4 人員不足による過重労働を強いられている

 私たちは人員不足による過重労働を強いられているということです。年休は年20日あるのですよ!これは労働基準法で定められています。本来なら、1人が年休を20日取得することを見込んで人員配置をしなければいけないのです。看護師が不足している、集まらないから過重労働になる→仕事がきついので辞める→さらに人が減る、という悪循環となっています。 もはや、看護師の人員不足は悠長な対応を待っている場合ではありません。現に今頑張っている皆さんの健康を守るためにも、看護師の業務を見直し(看護師でなければいけない業務、他の職種でも行える業務に分けるなど)、周辺の他職種にも応援を頼み負担を減らしていくことを考えるべきです。

5 未払いとなっている時間外労働

 交替制勤務なのに時間外労働があるのは、元々人員が足りないからです。1日24時間以上の仕事をさせられているからです。日勤の後や夜勤明けに時間外労働があるようではおかしいです。始業時前の勤務、昼休みの勤務はすべて時間外労働です。 時間外労働は一日あたりで切り捨てることは出来ません。たとえ10分でも時間外労働は時間外労働です。「そんな細かいことを」と思うかもしれませんが、それを月で集計したら何時間になりますか?年間なら何時間になりますか?(因みに毎日15分の時間外労働をしたら、少ない人でも年間で13万円以上の時間外勤務手当が発生します。) 皆さんはボランティアで業務をしているのですか?労働して、その対価として報酬をもらっているのではないですか?タダ働きをしてはダメです。私たちには自分たちの業務に見合った給料を要求する権利があります。我慢してしまったら、いつまでも改善されません。

6 健康で働き続けられる職場を目指して

 公共労は、「夜勤・交替制勤務者は週32時間勤務にし、勤務の間隔は12時間以上とすること」という要求をしています。「週32時間」は突飛な要求だと感じるかもしれませんが、ILO条約では「夜間労働者は少なくとも日勤労働者より勤務時間を軽減すること」となっています。
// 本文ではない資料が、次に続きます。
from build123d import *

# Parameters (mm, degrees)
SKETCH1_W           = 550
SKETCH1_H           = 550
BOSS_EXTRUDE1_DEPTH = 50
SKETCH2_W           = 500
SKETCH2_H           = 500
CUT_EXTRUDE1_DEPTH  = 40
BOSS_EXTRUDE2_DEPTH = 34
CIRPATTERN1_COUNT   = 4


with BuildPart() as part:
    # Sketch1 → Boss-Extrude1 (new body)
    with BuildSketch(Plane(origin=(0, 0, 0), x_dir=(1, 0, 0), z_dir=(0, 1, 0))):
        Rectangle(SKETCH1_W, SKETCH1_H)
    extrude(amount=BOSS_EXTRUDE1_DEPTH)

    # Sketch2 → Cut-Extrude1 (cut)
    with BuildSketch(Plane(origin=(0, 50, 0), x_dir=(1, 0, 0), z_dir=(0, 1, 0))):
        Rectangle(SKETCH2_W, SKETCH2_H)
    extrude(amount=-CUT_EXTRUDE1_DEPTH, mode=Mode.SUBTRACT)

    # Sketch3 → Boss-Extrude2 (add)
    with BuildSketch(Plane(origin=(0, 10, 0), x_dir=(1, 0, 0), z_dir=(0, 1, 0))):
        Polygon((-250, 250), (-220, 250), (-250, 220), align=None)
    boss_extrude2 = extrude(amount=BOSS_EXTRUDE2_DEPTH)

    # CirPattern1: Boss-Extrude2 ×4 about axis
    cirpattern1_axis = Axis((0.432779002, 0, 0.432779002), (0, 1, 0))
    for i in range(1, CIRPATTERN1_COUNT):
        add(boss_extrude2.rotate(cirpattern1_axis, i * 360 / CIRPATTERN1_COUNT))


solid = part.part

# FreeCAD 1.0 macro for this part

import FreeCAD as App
import Part
import Sketcher
from FreeCAD import Vector
Q = App.Units.Quantity

doc = App.newDocument("Part")
body = doc.addObject("PartDesign::Body", "Body")

sketch1 = body.newObject("Sketcher::SketchObject", "Sketch")
sketch1.AttachmentSupport = (doc.getObject("XZ_Plane"), [""])
sketch1.MapMode = "FlatFace"
sketch1.addGeometry([
    Part.LineSegment(Vector(-275, -275, 0), Vector(-275, 275, 0)),
    Part.LineSegment(Vector(-275, 275, 0), Vector(275, 275, 0)),
    Part.LineSegment(Vector(275, 275, 0), Vector(275, -275, 0)),
    Part.LineSegment(Vector(275, -275, 0), Vector(-275, -275, 0)),
], False)
sketch1.addConstraint([
    Sketcher.Constraint("Coincident", 0, 2, 1, 1),
    Sketcher.Constraint("Coincident", 1, 2, 2, 1),
    Sketcher.Constraint("Coincident", 2, 2, 3, 1),
    Sketcher.Constraint("Coincident", 3, 2, 0, 1),
    Sketcher.Constraint("Vertical", 0),
    Sketcher.Constraint("Horizontal", 1),
    Sketcher.Constraint("Vertical", 2),
    Sketcher.Constraint("Horizontal", 3),
    Sketcher.Constraint("Symmetric", 0, 2, 2, 2, -1, 1),
    Sketcher.Constraint("Equal", 3, 0),
    Sketcher.Constraint("DistanceX", 1, 1, 1, 2, Q("550 mm")),
])
pad1 = body.newObject("PartDesign::Pad", "Pad")
pad1.Profile = sketch1
pad1.Length = 50
pad1.Reversed = True

sketch2 = body.newObject("Sketcher::SketchObject", "Sketch001")
sketch2.AttachmentSupport = (doc.getObject("XZ_Plane"), [""])
sketch2.MapMode = "FlatFace"
sketch2.AttachmentOffset = App.Placement(Vector(0, 0, -50), App.Rotation())
sketch2.addGeometry([
    Part.LineSegment(Vector(-250, -250, 0), Vector(-250, 250, 0)),
    Part.LineSegment(Vector(-250, 250, 0), Vector(250, 250, 0)),
    Part.LineSegment(Vector(250, 250, 0), Vector(250, -250, 0)),
    Part.LineSegment(Vector(250, -250, 0), Vector(-250, -250, 0)),
], False)
sketch2.addConstraint([
    Sketcher.Constraint("Coincident", 0, 2, 1, 1),
    Sketcher.Constraint("Coincident", 1, 2, 2, 1),
    Sketcher.Constraint("Coincident", 2, 2, 3, 1),
    Sketcher.Constraint("Coincident", 3, 2, 0, 1),
    Sketcher.Constraint("Vertical", 0),
    Sketcher.Constraint("Horizontal", 1),
    Sketcher.Constraint("Vertical", 2),
    Sketcher.Constraint("Horizontal", 3),
    Sketcher.Constraint("Symmetric", 0, 2, 2, 2, -1, 1),
    Sketcher.Constraint("Equal", 3, 0),
    Sketcher.Constraint("DistanceX", 1, 1, 1, 2, Q("500 mm")),
])
pocket1 = body.newObject("PartDesign::Pocket", "Pocket")
pocket1.Profile = sketch2
pocket1.Length = 40
pocket1.Reversed = True

sketch3 = body.newObject("Sketcher::SketchObject", "Sketch002")
sketch3.AttachmentSupport = (doc.getObject("XZ_Plane"), [""])
sketch3.MapMode = "FlatFace"
sketch3.AttachmentOffset = App.Placement(Vector(0, 0, -10), App.Rotation())
sketch3.addGeometry([
    Part.LineSegment(Vector(-220, -250, 0), Vector(-250, -250, 0)),
    Part.LineSegment(Vector(-250, -250, 0), Vector(-250, -220, 0)),
    Part.LineSegment(Vector(-250, -220, 0), Vector(-220, -250, 0)),
], False)
sketch3.addConstraint([
    Sketcher.Constraint("Coincident", 0, 2, 1, 1),
    Sketcher.Constraint("Coincident", 1, 2, 2, 1),
    Sketcher.Constraint("Coincident", 2, 2, 0, 1),
    Sketcher.Constraint("Horizontal", 0),
    Sketcher.Constraint("Vertical", 1),
    Sketcher.Constraint("Equal", 0, 1),
    Sketcher.Constraint("DistanceX", 0, 2, 0, 1, Q("30 mm")),
    Sketcher.Constraint("DistanceX", 0, 2, -1, 1, Q("250 mm")),
    Sketcher.Constraint("DistanceY", 0, 2, -1, 1, Q("250 mm")),
])
pad2 = body.newObject("PartDesign::Pad", "Pad001")
pad2.Profile = sketch3
pad2.Length = 34
pad2.Reversed = True
doc.recompute()

datumline = body.newObject("PartDesign::Line", "DatumLine")
datumline.Placement = App.Placement(Vector(0.432779, 0, 0.432779), App.Rotation(Vector(0, 0, 1), Vector(0, 1, 0)))
polarpattern = body.newObject("PartDesign::PolarPattern", "PolarPattern")
polarpattern.Originals = [pad2]
polarpattern.Axis = (datumline, [""])
polarpattern.Angle = 360
polarpattern.Occurrences = 4
body.Tip = polarpattern

doc.recompute()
このILO条約を日本は批准していませんが、世界的には夜勤・交替制勤務者はそれだけ過酷な労働をしているということで、勤務時間の軽減を図ることは常識です。 また、ILO条約では次の様に勧告しています。「看護職員の報酬は、看護職員の社会的及び経済的必要、資格、責任、任務及び経験に相応する、看護職に固有の拘束及び危険を考慮に入れた、看護職員をその職業に引き付けかつ留めておくような水準に決定されるべきである」と。私たちの報酬は少なすぎます。

7 終わりに

 看護師は、これだけの業務をやっている!やらされている!だから、それに対する処遇改善を!とみんなで声をあげなければいけません。私たち一人ひとりが声をあげて闘う必要があります。  公共労は、看護師の処遇改善を目指し本格的な闘争を行おうとしています。まずは、看護師さん一人ひとりが「現在の自分たちの処遇はおかしい、改善させなければいけない」と意識していただきたいと思います。

もっと皆さんの声を結集してください。仲間が次々と辞めて行くような職場を改善して行きましょう!